A quick survey of the room showed the altar against the wall in front of us, a portal and a spell circle to the right, and various undead scattered about the room. Two of those undead guarded the steps up to the altar where K had been chanting from a book in his effort to summon Orcus.
Having little choice and less time, we charged into combat. Or at least, everyone else did. I found the sight of so much blood and death unnerving, and the image of spider mandibles crunching down on me chilled me to the bone. I tried to shake the feeling off but was only partially successful, and I was slow to join my companions.

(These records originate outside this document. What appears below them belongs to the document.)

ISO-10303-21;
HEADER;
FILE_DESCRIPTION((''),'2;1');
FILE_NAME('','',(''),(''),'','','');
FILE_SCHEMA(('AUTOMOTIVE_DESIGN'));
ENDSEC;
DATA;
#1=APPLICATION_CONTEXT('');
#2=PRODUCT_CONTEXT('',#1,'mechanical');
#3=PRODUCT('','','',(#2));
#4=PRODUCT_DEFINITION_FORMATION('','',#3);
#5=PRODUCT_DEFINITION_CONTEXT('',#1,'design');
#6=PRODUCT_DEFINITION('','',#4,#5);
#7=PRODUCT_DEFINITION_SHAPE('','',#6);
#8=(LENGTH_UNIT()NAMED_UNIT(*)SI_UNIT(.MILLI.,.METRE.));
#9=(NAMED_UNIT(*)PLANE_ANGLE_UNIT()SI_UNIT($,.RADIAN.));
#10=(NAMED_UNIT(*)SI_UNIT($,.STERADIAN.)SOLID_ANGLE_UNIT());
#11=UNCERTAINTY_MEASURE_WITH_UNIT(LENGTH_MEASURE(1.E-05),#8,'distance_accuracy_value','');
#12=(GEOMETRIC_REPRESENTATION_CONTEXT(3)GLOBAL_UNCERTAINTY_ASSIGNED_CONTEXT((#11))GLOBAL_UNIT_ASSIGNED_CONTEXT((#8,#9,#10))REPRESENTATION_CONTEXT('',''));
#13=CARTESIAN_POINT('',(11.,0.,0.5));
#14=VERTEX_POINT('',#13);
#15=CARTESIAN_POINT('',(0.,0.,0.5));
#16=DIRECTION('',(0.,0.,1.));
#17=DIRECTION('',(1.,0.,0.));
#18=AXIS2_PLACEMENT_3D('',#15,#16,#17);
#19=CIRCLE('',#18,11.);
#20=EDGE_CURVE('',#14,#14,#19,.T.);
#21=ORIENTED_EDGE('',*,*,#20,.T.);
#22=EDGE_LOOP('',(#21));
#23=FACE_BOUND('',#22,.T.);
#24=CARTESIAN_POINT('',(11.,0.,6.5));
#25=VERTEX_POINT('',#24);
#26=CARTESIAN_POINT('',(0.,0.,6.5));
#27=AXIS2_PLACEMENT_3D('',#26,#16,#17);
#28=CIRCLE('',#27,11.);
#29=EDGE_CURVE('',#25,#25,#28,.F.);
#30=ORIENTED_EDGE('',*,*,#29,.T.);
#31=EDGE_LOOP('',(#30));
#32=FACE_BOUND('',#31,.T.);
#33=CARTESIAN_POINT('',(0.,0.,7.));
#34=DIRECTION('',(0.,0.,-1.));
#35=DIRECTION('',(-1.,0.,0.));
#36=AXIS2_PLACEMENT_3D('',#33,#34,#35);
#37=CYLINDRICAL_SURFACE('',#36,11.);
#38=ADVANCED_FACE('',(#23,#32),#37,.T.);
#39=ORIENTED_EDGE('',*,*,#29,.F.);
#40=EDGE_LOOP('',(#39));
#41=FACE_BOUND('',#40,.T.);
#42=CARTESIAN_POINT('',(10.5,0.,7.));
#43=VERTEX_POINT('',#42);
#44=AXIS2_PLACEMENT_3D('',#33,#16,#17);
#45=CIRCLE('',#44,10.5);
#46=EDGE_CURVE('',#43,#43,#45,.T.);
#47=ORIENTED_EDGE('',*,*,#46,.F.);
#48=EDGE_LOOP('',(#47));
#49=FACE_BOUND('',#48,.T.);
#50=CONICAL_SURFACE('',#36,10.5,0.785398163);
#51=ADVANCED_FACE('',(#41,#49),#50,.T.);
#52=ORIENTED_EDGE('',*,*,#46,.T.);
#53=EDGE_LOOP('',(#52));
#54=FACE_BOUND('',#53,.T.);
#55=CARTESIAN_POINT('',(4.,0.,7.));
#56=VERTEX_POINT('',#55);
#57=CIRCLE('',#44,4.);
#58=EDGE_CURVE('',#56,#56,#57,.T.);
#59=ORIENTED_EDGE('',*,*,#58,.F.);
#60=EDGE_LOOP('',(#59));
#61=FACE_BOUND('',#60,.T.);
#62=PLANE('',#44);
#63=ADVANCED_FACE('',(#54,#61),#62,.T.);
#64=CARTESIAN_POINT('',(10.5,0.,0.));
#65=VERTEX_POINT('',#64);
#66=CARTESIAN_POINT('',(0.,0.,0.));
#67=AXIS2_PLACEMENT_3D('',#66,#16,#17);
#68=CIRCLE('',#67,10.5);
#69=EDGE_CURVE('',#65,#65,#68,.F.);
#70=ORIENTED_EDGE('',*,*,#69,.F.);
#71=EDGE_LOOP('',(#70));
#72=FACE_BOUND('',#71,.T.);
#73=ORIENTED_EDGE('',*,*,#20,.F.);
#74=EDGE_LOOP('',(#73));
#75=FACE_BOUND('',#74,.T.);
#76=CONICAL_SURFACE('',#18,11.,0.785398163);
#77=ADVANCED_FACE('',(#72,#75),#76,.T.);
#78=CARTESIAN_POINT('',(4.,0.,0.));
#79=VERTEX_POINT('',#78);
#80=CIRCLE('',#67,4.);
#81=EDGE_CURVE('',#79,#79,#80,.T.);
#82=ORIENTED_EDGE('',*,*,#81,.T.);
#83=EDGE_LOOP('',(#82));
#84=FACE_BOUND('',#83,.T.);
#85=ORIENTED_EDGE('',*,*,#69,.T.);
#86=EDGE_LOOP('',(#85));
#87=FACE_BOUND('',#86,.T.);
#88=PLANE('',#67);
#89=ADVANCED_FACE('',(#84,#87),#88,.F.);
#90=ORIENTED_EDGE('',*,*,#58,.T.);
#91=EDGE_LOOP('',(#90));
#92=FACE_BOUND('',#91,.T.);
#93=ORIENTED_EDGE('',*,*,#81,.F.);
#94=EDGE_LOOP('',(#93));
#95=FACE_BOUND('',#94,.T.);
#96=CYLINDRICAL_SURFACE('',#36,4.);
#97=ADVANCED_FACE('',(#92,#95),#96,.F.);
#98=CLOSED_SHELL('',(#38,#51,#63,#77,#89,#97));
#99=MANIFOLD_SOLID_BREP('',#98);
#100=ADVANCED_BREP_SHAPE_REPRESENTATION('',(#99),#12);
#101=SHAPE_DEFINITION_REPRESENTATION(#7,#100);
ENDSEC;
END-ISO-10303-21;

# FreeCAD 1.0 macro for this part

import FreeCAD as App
import Part
import Sketcher

V = App.Vector
Q = App.Units.Quantity


def edges_at(feature, points):
    """Names of the edges that pass closest to the given points."""
    edges = feature.Shape.Edges
    near = lambda p: min(range(len(edges)), key=lambda i: edges[i].distToShape(Part.Vertex(*p))[0])
    return sorted({f"Edge{near(p) + 1}" for p in points})

doc = App.newDocument("Part")
params = doc.addObject("Spreadsheet::Sheet", "Params")
for row, (alias, value) in enumerate([
    ("sketch1_diameter", "22 mm"),
    ("sketch1_diameter2", "8 mm"),
    ("pad1_length", "7 mm"),
    ("chamfer_size", "0.5 mm"),
], start=1):
    params.set(f"A{row}", alias)
    params.set(f"B{row}", "=" + value)
    params.setAlias(f"B{row}", alias)

body = doc.addObject("PartDesign::Body", "Body")

# Sketch on XY plane
sketch1 = doc.addObject("Sketcher::SketchObject", "Sketch")
body.addObject(sketch1)
sketch1.AttachmentSupport = (doc.XY_Plane, [""])
sketch1.MapMode = "FlatFace"
sketch1.addGeometry([
    Part.Circle(V(0, 0, 0), V(0, 0, 1), 11),
    Part.Circle(V(0, 0, 0), V(0, 0, 1), 4),
], False)
sketch1.addConstraint([
    Sketcher.Constraint("Coincident", 0, 3, -1, 1),
    Sketcher.Constraint("Coincident", 1, 3, -1, 1),
    Sketcher.Constraint("Diameter", 0, Q("22 mm")),
    Sketcher.Constraint("Diameter", 1, Q("8 mm")),
])
sketch1.setExpression("Constraints[2]", "Params.sketch1_diameter")
sketch1.setExpression("Constraints[3]", "Params.sketch1_diameter2")
pad1 = doc.addObject("PartDesign::Pad", "Pad")
body.addObject(pad1)
pad1.Profile = sketch1
pad1.setExpression("Length", "Params.pad1_length")
doc.recompute()

chamfer = doc.addObject("PartDesign::Chamfer", "Chamfer")
body.addObject(chamfer)
chamfer.Base = (pad1, edges_at(pad1, [(-11, 0, 0), (-11, 0, 7)]))
chamfer.setExpression("Size", "Params.chamfer_size")

doc.recompute()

K grabbed an amulet at his chest and teleported to the summoning circle just as Lars sent bolts of energy into the book he had been reading. Krova charged K while Zar'za engaged the skeleton guards approaching from the steps of the dais. Since K had screamed when the book was damaged we surmised that it had to go, and Lodi launched himself after it.

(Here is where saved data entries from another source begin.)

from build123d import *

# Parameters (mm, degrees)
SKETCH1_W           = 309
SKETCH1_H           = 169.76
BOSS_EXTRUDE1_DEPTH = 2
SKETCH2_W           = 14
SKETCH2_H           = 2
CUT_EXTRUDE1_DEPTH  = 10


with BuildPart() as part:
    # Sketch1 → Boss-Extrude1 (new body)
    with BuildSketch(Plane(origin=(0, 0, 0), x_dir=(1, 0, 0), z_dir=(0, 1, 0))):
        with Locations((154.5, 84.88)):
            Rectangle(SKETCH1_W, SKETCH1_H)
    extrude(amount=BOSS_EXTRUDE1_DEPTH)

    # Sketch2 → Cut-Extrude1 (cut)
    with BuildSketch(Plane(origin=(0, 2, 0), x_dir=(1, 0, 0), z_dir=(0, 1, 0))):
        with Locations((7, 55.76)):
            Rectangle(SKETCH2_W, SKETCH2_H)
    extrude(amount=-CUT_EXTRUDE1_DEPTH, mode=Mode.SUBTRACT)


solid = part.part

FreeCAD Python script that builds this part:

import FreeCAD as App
import Part
import Sketcher
Q = App.Units.Quantity


def add_polygon(sketch, points):
    """Adds a closed chain of lines whose ends are joined by coincident constraints."""
    first, n = sketch.GeometryCount, len(points)
    for a, b in zip(points, points[1:] + points[:1]):
        sketch.addGeometry(Part.LineSegment(App.Vector(*a, 0), App.Vector(*b, 0)), False)
    for i in range(n):
        sketch.addConstraint(Sketcher.Constraint("Coincident", first + i, 2, first + (i + 1) % n, 1))

doc = App.newDocument("Part")
body = doc.addObject("PartDesign::Body", "Body")

# Sketch on XZ plane
sketch1 = body.newObject("Sketcher::SketchObject", "Sketch")
sketch1.AttachmentSupport = (doc.getObject("XZ_Plane"), [""])
sketch1.MapMode = "FlatFace"
add_polygon(sketch1, [(0, -170), (0, 0), (309, 0), (309, -170)])  # lines 0-3
sketch1.addConstraint([
    Sketcher.Constraint("Vertical", 0),
    Sketcher.Constraint("Horizontal", 1),
    Sketcher.Constraint("Vertical", 2),
    Sketcher.Constraint("Horizontal", 3),
    Sketcher.Constraint("Coincident", 0, 2, -1, 1),
    Sketcher.Constraint("DistanceX", 1, 1, 1, 2, Q("309 mm")),
    Sketcher.Constraint("DistanceY", 0, 1, 0, 2, Q("169.76 mm")),
])
pad1 = body.newObject("PartDesign::Pad", "Pad")
pad1.Profile = sketch1
pad1.Length = 2
pad1.Reversed = True

# Sketch on XZ plane
sketch2 = body.newObject("Sketcher::SketchObject", "Sketch001")
sketch2.AttachmentSupport = (doc.getObject("XZ_Plane"), [""])
sketch2.MapMode = "FlatFace"
sketch2.AttachmentOffset = App.Placement(App.Vector(0, 0, -2), App.Rotation())
add_polygon(sketch2, [(0, -56.8), (0, -54.8), (14, -54.8), (14, -56.8)])  # lines 0-3
sketch2.addConstraint([
    Sketcher.Constraint("Vertical", 0),
    Sketcher.Constraint("Horizontal", 1),
    Sketcher.Constraint("Vertical", 2),
    Sketcher.Constraint("Horizontal", 3),
    Sketcher.Constraint("PointOnObject", 0, 2, -2),
    Sketcher.Constraint("DistanceX", 1, 1, 1, 2, Q("14 mm")),
    Sketcher.Constraint("DistanceY", 0, 1, 0, 2, Q("2 mm")),
    Sketcher.Constraint("DistanceY", 0, 2, -1, 1, Q("54.76 mm")),
])
pocket1 = body.newObject("PartDesign::Pocket", "Pocket")
pocket1.Profile = sketch2
pocket1.Length = 10
pocket1.Reversed = True

doc.recompute()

As I ran to assist Krova we noticed that the wounds we had inflicted on K healed themselves, obviously from some connection to the spell circle. It didn't even seem to matter when Lodi threw the book into a flaming brazier, so our hunch must have been wrong there too.

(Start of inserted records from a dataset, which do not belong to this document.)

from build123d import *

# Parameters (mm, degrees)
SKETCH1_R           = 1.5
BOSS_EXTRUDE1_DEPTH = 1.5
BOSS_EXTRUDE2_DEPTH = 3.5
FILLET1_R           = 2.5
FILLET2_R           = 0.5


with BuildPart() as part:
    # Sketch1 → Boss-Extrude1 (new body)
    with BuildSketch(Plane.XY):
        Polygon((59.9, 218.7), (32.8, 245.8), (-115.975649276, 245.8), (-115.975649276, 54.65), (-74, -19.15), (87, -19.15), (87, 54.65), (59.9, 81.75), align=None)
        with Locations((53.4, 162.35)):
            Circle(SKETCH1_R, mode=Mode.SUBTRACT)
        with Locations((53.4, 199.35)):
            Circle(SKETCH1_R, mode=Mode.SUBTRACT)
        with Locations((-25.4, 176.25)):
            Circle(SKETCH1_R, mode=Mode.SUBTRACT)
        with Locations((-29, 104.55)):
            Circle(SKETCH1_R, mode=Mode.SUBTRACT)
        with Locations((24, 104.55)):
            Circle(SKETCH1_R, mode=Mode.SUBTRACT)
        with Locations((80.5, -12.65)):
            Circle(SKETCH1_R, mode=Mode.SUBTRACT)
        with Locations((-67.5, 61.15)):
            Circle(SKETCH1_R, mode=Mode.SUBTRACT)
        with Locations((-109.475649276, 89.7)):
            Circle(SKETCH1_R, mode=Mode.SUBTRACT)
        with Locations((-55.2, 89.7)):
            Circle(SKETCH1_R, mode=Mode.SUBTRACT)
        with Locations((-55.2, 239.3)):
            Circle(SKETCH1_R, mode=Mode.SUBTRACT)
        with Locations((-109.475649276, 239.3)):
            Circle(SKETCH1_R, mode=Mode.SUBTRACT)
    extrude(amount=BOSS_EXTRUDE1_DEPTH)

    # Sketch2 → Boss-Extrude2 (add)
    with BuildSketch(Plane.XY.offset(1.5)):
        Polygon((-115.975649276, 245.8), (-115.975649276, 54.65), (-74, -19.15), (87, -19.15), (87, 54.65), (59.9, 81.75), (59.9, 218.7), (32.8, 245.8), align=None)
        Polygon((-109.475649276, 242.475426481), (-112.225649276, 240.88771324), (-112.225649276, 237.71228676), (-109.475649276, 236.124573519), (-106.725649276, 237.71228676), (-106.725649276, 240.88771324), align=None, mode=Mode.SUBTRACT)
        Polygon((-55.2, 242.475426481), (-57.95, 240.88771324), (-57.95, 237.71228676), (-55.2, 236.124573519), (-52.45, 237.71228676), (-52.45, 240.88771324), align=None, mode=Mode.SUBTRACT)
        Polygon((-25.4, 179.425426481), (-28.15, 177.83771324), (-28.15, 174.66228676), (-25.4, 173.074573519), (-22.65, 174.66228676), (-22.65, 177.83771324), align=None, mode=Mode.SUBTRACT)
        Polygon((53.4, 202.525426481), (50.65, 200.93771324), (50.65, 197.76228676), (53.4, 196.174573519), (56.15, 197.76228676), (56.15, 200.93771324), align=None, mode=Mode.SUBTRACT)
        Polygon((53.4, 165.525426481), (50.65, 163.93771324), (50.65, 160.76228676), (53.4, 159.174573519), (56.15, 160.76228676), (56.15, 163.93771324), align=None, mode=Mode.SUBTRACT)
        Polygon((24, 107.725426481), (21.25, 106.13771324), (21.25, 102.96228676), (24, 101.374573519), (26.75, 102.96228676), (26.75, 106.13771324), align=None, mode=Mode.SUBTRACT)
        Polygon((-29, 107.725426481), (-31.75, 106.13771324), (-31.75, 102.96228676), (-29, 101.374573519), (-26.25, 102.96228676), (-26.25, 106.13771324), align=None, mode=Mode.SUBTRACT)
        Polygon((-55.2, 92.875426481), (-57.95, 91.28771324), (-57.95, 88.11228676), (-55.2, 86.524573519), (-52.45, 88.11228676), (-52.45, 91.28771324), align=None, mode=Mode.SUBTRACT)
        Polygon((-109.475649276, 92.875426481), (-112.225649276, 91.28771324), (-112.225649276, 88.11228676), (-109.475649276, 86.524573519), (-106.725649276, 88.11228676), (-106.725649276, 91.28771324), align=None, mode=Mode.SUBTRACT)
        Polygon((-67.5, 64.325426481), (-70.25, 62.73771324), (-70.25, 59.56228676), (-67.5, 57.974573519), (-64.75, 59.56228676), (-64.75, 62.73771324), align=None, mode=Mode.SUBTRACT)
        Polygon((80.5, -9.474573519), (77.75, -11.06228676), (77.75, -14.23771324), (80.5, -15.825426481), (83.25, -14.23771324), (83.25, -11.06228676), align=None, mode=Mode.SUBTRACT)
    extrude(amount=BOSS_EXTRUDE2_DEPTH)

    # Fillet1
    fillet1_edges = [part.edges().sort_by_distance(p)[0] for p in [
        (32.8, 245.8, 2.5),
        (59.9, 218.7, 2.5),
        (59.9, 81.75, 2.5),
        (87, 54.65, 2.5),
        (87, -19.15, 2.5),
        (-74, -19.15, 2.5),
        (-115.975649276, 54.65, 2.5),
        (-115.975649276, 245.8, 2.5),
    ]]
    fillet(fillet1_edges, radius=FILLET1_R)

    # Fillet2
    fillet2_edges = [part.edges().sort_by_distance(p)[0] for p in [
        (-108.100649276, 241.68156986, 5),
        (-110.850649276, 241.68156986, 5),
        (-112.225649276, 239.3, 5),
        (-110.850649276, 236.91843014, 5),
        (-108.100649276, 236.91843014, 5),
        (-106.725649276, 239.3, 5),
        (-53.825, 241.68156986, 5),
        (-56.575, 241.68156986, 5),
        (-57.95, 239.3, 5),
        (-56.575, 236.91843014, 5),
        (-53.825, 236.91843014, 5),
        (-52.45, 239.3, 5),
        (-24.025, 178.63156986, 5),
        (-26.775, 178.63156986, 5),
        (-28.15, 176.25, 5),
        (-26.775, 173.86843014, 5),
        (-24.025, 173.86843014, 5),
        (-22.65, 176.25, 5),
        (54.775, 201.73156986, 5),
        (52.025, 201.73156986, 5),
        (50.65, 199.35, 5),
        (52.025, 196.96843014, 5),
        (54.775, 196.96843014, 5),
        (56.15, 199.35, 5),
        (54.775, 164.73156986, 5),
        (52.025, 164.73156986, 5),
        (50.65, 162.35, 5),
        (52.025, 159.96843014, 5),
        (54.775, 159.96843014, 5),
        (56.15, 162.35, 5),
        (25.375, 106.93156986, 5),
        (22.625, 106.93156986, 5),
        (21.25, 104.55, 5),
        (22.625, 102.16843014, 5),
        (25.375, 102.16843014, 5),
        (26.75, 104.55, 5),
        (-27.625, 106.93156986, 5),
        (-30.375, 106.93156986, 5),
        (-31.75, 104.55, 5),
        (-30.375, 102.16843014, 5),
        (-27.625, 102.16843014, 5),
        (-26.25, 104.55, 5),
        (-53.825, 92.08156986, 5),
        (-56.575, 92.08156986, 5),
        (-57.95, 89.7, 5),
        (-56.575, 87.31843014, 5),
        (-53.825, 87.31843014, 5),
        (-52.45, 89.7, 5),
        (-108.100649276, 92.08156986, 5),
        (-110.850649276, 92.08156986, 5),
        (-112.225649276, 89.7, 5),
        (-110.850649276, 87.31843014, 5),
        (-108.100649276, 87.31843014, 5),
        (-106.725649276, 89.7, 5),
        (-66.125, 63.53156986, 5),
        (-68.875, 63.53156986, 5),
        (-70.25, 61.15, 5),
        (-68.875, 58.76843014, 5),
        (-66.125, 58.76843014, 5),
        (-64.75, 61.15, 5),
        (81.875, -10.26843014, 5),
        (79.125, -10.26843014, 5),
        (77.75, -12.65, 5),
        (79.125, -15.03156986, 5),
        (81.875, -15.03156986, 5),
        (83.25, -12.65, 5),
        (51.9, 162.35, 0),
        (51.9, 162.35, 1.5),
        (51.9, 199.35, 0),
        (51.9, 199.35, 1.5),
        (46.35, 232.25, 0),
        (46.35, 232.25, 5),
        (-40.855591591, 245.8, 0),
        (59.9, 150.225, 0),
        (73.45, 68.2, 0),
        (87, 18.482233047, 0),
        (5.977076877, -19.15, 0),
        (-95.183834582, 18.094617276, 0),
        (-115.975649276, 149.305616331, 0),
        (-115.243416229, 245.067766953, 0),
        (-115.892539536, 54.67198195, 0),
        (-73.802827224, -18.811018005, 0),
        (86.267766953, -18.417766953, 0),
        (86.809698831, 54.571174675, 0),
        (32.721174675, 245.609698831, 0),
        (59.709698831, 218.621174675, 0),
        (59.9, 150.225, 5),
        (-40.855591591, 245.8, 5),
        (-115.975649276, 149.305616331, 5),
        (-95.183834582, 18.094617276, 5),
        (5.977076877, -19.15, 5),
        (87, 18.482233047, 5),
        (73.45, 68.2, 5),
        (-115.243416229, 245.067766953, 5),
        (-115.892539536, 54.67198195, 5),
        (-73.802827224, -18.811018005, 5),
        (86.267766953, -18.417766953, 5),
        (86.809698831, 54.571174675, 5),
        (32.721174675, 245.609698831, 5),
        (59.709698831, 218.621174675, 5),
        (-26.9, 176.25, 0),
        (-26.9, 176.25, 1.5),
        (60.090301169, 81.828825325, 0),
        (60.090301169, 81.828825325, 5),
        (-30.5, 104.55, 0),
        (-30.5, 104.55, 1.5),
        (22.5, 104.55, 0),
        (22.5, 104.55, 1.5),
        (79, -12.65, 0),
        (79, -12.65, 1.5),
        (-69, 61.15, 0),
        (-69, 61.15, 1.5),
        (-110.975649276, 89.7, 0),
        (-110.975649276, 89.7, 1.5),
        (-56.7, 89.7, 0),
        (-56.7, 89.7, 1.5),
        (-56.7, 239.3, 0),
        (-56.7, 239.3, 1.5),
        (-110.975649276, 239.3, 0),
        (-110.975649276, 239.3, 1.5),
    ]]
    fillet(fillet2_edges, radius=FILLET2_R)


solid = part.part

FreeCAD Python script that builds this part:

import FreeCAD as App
import Part
import Sketcher

V = App.Vector
Q = App.Units.Quantity


def edges_at(feature, points):
    """Names of the edges that pass closest to the given points."""
    edges = feature.Shape.Edges
    near = lambda p: min(range(len(edges)), key=lambda i: edges[i].distToShape(Part.Vertex(*p))[0])
    return sorted({f"Edge{near(p) + 1}" for p in points})


def add_polygon(sketch, points):
    """Adds a closed chain of lines whose ends are joined by coincident constraints."""
    first, n = sketch.GeometryCount, len(points)
    for a, b in zip(points, points[1:] + points[:1]):
        sketch.addGeometry(Part.LineSegment(App.Vector(*a, 0), App.Vector(*b, 0)), False)
    for i in range(n):
        sketch.addConstraint(Sketcher.Constraint("Coincident", first + i, 2, first + (i + 1) % n, 1))

doc = App.newDocument("Part")
body = doc.addObject("PartDesign::Body", "Body")

sketch1 = body.newObject("Sketcher::SketchObject", "Sketch")
sketch1.AttachmentSupport = (doc.getObject("XY_Plane"), [""])
sketch1.MapMode = "FlatFace"
add_polygon(sketch1, [(59.9, 218.7), (32.8, 245.8), (-116, 245.8), (-116, 54.6), (-74, -19.1), (87, -19.1), (87, 54.6), (59.9, 81.8)])
sketch1.addGeometry(Part.Circle(V(-67.5, 61.1, 0), V(0, 0, 1), 1.5), False)
sketch1.addGeometry(Part.Circle(V(-109.5, 89.7, 0), V(0, 0, 1), 1.5), False)
sketch1.addGeometry(Part.Circle(V(-55.2, 89.7, 0), V(0, 0, 1), 1.5), False)
sketch1.addGeometry(Part.Circle(V(-29, 104.5, 0), V(0, 0, 1), 1.5), False)
sketch1.addGeometry(Part.Circle(V(80.5, -12.7, 0), V(0, 0, 1), 1.5), False)
sketch1.addGeometry(Part.Circle(V(24, 104.5, 0), V(0, 0, 1), 1.5), False)
sketch1.addGeometry(Part.Circle(V(-25.4, 176.2, 0), V(0, 0, 1), 1.5), False)
sketch1.addGeometry(Part.Circle(V(-109.5, 239.3, 0), V(0, 0, 1), 1.5), False)
sketch1.addGeometry(Part.Circle(V(-55.2, 239.3, 0), V(0, 0, 1), 1.5), False)
sketch1.addGeometry(Part.Circle(V(53.4, 162.3, 0), V(0, 0, 1), 1.5), False)
sketch1.addGeometry(Part.Circle(V(53.4, 199.3, 0), V(0, 0, 1), 1.5), False)
sketch1.addConstraint([
    Sketcher.Constraint("Horizontal", 1),
    Sketcher.Constraint("Vertical", 2),
    Sketcher.Constraint("Horizontal", 4),
    Sketcher.Constraint("Vertical", 5),
    Sketcher.Constraint("Vertical", 7),
    Sketcher.Constraint("Equal", 8, 9),
    Sketcher.Constraint("Equal", 9, 10),
    Sketcher.Constraint("Equal", 10, 11),
    Sketcher.Constraint("Equal", 11, 12),
    Sketcher.Constraint("Equal", 12, 13),
    Sketcher.Constraint("Equal", 13, 14),
    Sketcher.Constraint("Equal", 14, 15),
    Sketcher.Constraint("Equal", 15, 16),
    Sketcher.Constraint("Equal", 16, 17),
    Sketcher.Constraint("Equal", 17, 18),
    Sketcher.Constraint("Parallel", 0, 6),
    Sketcher.Constraint("Horizontal", 9, 3, 10, 3),
    Sketcher.Constraint("Horizontal", 11, 3, 13, 3),
    Sketcher.Constraint("Horizontal", 15, 3, 16, 3),
    Sketcher.Constraint("Horizontal", 2, 2, 5, 2),
    Sketcher.Constraint("Vertical", 9, 3, 15, 3),
    Sketcher.Constraint("Vertical", 10, 3, 16, 3),
    Sketcher.Constraint("Vertical", 17, 3, 18, 3),
    Sketcher.Constraint("Equal", 0, 6),
    Sketcher.Constraint("Diameter", 8, Q("3 mm")),
    Sketcher.Constraint("DistanceX", 4, 1, 4, 2, Q("161 mm")),
    Sketcher.Constraint("Angle", 0, Q("135 deg")),
    Sketcher.Constraint("DistanceY", 5, 1, 5, 2, Q("73.8 mm")),
    Sketcher.Constraint("DistanceX", 11, 3, -1, 1, Q("29 mm")),
    Sketcher.Constraint("DistanceX", -1, 1, 13, 3, Q("24 mm")),
    Sketcher.Constraint("DistanceX", 3, 2, -1, 1, Q("74 mm")),
    Sketcher.Constraint("DistanceX", 8, 3, 12, 3, Q("148 mm")),
    Sketcher.Constraint("DistanceY", 17, 3, 18, 3, Q("37 mm")),
    Sketcher.Constraint("DistanceX", 16, 3, 0, 2, Q("88 mm")),
    Sketcher.Constraint("DistanceY", 2, 2, 2, 1, Q("191.15 mm")),
    Sketcher.Constraint("DistanceY", 7, 1, 7, 2, Q("136.95 mm")),
    Sketcher.Constraint("DistanceX", 8, 3, -1, 1, Q("67.5 mm")),
    Sketcher.Constraint("DistanceY", -1, 1, 9, 3, Q("89.7 mm")),
    Sketcher.Constraint("DistanceX", 14, 3, -1, 1, Q("25.4 mm")),
    Sketcher.Constraint("DistanceY", -1, 1, 15, 3, Q("239.3 mm")),
    Sketcher.Constraint("DistanceX", -1, 1, 17, 3, Q("53.4 mm")),
    Sketcher.Constraint("DistanceY", -1, 1, 0, 2, Q("245.8 mm")),
    Sketcher.Constraint("DistanceY", 8, 3, 11, 3, Q("43.4 mm")),
    Sketcher.Constraint("DistanceY", 12, 3, 11, 3, Q("117.2 mm")),
    Sketcher.Constraint("DistanceY", 11, 3, 14, 3, Q("71.7 mm")),
    Sketcher.Constraint("DistanceY", 13, 3, 17, 3, Q("57.8 mm")),
    Sketcher.Constraint("DistanceX", 1, 2, 15, 3, Q("6.5 mm")),
    Sketcher.Constraint("DistanceY", 2, 2, 8, 3, Q("6.5 mm")),
    Sketcher.Constraint("DistanceX", 1, 2, 1, 1, Q("148.775649 mm")),
])
pad1 = body.newObject("PartDesign::Pad", "Pad")
pad1.Profile = sketch1
pad1.Length = 1.5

Zar'za and Lars now had their hands full dealing with the undead in the room, because the third undead creature kept reanimating the skeletons as quickly as they fell.
The battle quickly became one of attrition, we were beginning to tire. Lodi was no longer launching trees, and K seemed to heal what little damage the arrows dealt him. At one point Krova got too close to the portal and Orcas himself attacked him with tentacles that attempted to drag him through, but Krova's strength proved more than a match and he quickly broke free of them.
It was a problem I myself had to face not long after, and Lodi had to rescue me. That alone should describe quite clearly how bad off I was mentally, and having a second close call so soon threatened to push me over the edge of sanity. I was at my breaking point, a fact not at all helped by the knowledge that being drug through the portal would have been a fate far worse than mere death. To add to my deteriorating mental state, I barely resisted the necrotic affliction K infused me with before it killed me even as Lodi worked to save me from the demon lord.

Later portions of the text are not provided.